Discrete phase-space approach to mutually orthogonal Latin squares

TL;DR

This paper explores the connection between Latin squares, mutually unbiased bases, and phase-space structures in finite dimensions, revealing how unitary equivalences relate to Latin square isomorphisms.

Contribution

It introduces a geometric phase-space framework linking Latin squares and MUBs, and proposes a conjecture relating unitary equivalence of MUBs to Latin square isomorphism.

Findings

Established a correspondence between Latin squares and phase-space monomials.

Derived conditions under which Latin squares are isomorphic based on MUB equivalence.

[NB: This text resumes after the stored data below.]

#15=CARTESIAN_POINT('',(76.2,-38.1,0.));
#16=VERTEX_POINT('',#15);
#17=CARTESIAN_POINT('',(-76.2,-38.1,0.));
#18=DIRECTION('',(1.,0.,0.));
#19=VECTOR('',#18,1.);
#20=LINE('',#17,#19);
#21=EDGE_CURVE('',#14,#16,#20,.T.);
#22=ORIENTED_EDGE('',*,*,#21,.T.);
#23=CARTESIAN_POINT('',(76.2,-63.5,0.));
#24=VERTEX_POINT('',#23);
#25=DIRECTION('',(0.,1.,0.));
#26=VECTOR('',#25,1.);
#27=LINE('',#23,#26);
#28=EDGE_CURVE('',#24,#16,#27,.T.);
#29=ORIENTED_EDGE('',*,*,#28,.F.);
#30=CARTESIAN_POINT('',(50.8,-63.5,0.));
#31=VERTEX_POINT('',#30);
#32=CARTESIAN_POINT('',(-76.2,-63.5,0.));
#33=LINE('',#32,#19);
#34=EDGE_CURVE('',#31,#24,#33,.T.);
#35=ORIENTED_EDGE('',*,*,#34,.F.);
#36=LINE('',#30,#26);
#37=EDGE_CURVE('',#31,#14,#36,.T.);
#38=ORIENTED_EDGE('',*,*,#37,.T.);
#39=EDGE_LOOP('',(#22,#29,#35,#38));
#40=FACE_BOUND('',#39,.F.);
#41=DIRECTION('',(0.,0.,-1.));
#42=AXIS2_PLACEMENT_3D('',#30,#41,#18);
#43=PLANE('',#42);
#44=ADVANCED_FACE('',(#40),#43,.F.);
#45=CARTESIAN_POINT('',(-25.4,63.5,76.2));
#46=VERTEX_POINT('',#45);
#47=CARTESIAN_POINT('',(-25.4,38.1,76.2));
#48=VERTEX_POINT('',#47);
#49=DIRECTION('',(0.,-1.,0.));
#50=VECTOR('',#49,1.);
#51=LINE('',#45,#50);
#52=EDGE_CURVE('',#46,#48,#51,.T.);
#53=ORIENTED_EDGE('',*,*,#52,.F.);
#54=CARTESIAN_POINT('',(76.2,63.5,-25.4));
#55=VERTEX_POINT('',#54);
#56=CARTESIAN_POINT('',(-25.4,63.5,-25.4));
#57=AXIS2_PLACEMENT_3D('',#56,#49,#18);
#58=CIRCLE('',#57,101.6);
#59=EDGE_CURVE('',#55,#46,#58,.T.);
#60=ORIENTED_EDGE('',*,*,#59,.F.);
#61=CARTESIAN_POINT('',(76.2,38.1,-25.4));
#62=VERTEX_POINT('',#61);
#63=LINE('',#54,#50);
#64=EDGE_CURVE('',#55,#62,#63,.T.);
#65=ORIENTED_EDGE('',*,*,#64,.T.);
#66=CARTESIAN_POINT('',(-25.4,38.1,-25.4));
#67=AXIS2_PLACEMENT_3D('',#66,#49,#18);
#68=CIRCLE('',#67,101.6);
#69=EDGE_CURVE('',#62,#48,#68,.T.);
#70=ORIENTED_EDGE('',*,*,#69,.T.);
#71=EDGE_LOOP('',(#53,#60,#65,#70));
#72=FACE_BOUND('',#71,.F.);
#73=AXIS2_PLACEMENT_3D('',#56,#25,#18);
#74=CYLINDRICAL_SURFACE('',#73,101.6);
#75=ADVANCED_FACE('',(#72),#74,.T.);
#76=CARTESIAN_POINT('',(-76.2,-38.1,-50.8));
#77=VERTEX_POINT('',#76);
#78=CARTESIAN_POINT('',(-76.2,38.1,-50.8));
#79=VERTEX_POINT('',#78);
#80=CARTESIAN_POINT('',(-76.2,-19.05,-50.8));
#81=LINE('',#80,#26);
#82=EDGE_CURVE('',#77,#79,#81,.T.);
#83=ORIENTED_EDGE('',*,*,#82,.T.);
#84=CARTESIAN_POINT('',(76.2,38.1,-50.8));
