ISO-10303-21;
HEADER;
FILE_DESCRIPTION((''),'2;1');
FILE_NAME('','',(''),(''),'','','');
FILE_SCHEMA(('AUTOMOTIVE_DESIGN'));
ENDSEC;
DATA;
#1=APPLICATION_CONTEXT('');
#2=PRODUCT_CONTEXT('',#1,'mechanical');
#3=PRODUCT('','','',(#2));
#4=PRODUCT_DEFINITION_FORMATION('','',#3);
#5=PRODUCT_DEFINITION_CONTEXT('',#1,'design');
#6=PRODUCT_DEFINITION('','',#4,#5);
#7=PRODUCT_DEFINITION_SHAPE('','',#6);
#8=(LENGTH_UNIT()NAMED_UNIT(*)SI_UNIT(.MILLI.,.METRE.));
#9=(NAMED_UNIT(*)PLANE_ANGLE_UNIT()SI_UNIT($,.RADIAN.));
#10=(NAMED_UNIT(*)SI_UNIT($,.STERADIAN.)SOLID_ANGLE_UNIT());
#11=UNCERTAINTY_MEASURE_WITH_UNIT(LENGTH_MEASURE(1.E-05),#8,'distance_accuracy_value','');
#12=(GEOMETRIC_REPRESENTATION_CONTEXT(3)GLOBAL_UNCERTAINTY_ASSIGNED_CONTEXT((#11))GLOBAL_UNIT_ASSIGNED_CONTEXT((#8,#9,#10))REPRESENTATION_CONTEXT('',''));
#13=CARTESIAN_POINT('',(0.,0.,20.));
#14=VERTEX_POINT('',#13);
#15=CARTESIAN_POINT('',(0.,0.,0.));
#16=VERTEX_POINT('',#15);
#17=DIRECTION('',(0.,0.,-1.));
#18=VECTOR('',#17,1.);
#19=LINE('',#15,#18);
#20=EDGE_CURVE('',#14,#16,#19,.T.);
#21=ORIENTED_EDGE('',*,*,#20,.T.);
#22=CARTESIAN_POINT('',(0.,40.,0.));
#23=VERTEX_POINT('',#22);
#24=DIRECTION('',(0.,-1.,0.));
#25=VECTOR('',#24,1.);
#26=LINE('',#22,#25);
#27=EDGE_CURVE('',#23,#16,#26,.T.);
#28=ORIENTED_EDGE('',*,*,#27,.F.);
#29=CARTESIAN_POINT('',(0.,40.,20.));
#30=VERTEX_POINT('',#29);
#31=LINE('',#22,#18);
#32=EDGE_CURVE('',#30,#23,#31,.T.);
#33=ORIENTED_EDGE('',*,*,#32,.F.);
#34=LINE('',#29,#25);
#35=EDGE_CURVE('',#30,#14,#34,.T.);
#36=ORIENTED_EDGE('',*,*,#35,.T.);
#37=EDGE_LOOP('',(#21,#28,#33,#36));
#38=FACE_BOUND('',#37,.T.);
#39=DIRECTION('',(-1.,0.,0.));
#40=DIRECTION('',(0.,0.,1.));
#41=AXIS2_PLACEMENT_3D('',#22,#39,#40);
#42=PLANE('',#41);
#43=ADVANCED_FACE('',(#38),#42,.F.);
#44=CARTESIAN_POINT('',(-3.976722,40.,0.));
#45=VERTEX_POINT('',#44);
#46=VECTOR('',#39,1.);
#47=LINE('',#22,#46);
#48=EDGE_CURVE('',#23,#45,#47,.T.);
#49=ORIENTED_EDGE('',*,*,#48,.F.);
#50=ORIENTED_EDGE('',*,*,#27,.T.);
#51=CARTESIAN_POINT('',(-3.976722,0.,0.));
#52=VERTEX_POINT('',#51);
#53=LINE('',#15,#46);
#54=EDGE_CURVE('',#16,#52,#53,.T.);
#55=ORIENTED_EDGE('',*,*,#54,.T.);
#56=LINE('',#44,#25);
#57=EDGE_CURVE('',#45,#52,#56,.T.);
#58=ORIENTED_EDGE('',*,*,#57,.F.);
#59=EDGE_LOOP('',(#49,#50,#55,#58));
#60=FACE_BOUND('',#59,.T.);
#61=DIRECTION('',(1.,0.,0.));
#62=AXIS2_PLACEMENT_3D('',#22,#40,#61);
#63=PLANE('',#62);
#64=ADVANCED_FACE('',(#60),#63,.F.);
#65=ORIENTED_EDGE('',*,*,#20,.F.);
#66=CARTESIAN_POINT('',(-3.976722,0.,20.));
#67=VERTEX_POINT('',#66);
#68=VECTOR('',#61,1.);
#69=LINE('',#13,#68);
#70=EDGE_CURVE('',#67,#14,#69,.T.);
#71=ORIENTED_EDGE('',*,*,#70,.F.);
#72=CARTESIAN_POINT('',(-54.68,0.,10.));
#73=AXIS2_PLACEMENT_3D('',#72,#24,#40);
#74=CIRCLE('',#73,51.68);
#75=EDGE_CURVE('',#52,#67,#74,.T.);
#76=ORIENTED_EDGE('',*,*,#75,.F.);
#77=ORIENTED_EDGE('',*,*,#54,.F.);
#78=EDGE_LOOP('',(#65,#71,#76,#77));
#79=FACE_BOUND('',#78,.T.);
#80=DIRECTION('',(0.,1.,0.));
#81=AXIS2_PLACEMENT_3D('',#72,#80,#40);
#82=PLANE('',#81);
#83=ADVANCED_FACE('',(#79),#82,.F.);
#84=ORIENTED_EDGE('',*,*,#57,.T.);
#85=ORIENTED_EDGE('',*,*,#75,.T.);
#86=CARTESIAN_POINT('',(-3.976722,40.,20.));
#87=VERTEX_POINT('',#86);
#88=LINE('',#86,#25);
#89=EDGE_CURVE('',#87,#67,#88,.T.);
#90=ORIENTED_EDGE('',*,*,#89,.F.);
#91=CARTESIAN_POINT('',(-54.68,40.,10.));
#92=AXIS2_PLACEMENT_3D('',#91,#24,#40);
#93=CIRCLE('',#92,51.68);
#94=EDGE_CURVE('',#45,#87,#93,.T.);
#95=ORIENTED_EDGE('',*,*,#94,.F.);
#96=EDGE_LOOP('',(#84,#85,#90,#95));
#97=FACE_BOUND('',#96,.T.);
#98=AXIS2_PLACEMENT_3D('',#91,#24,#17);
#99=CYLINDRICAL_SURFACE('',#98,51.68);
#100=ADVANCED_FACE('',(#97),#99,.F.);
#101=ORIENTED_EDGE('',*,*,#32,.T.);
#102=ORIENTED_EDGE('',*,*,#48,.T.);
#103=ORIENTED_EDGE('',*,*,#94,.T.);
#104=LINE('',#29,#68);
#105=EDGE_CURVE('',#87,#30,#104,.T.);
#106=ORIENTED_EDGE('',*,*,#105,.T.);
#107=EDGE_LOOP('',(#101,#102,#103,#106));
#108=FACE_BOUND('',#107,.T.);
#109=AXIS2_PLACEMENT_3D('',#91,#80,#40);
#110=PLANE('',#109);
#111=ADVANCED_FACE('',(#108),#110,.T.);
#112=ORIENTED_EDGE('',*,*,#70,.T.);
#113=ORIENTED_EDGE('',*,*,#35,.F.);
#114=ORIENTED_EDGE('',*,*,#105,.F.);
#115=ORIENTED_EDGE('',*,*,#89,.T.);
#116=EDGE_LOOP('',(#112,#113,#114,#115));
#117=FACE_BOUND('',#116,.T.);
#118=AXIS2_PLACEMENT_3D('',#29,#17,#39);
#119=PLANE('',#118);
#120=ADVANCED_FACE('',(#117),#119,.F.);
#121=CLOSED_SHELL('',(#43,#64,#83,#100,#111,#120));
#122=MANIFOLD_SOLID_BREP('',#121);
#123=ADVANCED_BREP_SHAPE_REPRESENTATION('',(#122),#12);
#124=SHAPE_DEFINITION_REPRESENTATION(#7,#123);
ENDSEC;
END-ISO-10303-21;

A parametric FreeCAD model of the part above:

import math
import FreeCAD as App
import Part
import Sketcher
Q = App.Units.Quantity

doc = App.newDocument("Part")
body = doc.addObject("PartDesign::Body", "Body")

# Sketch on XZ plane
sketch1 = doc.addObject("Sketcher::SketchObject", "Sketch")
body.addObject(sketch1)
sketch1.AttachmentSupport = (doc.XZ_Plane, [""])
sketch1.MapMode = "FlatFace"
sketch1.addGeometry(Part.LineSegment(App.Vector(0, 20, 0), App.Vector(0, 0, 0)), False)
sketch1.addGeometry(Part.LineSegment(App.Vector(0, 0, 0), App.Vector(-3.976722, 0, 0)), False)
sketch1.addGeometry(Part.ArcOfCircle(Part.Circle(App.Vector(-54.68, 10, 0), App.Vector(0, 0, 1), 51.68), math.radians(-11.157021), math.radians(11.157021)), False)
sketch1.addGeometry(Part.LineSegment(App.Vector(-3.976722, 20, 0), App.Vector(0, 20, 0)), False)
sketch1.addConstraint(Sketcher.Constraint("Coincident", 0, 2, 1, 1))
sketch1.addConstraint(Sketcher.Constraint("Coincident", 1, 2, 2, 1))
sketch1.addConstraint(Sketcher.Constraint("Coincident", 2, 2, 3, 1))
sketch1.addConstraint(Sketcher.Constraint("Coincident", 3, 2, 0, 1))
sketch1.addConstraint(Sketcher.Constraint("Vertical", 0))
sketch1.addConstraint(Sketcher.Constraint("Horizontal", 1))
sketch1.addConstraint(Sketcher.Constraint("Horizontal", 3))
sketch1.addConstraint(Sketcher.Constraint("Coincident", 0, 2, -1, 1))
sketch1.addConstraint(Sketcher.Constraint("Vertical", 1, 2, 2, 2))
sketch1.addConstraint(Sketcher.Constraint("DistanceY", 0, 2, 0, 1, Q("20 mm")))
sketch1.addConstraint(Sketcher.Constraint("Radius", 2, Q("51.68 mm")))
sketch1.addConstraint(Sketcher.Constraint("DistanceX", 2, 3, -1, 1, Q("54.68 mm")))
pad1 = doc.addObject("PartDesign::Pad", "Pad")
body.addObject(pad1)
pad1.Profile = sketch1
pad1.Length = 40
pad1.Reversed = True

doc.recompute()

Proposed a conjecture connecting MUB unitarity to Latin square isomorphism.

Abstract

We show there is a natural connection between Latin squares and commutative sets of monomials defining geometric structures in finite phase-space of prime power dimensions. A complete set of such monomials defines a mutually unbiased basis (MUB) and may be associated with a complete set of mutually orthogonal Latin squares (MOLS). We translate some possible operations on the monomial sets into isomorphisms of Latin squares, and find a general form of permutations that map between Latin squares corresponding to unitarily equivalent mutually unbiased sets. We extend this result to a conjecture: MOLS associated to unitarily equivalent MUBs will always be isomorphic, and MOLS associated to unitarily inequivalent MUBs will be non-isomorphic.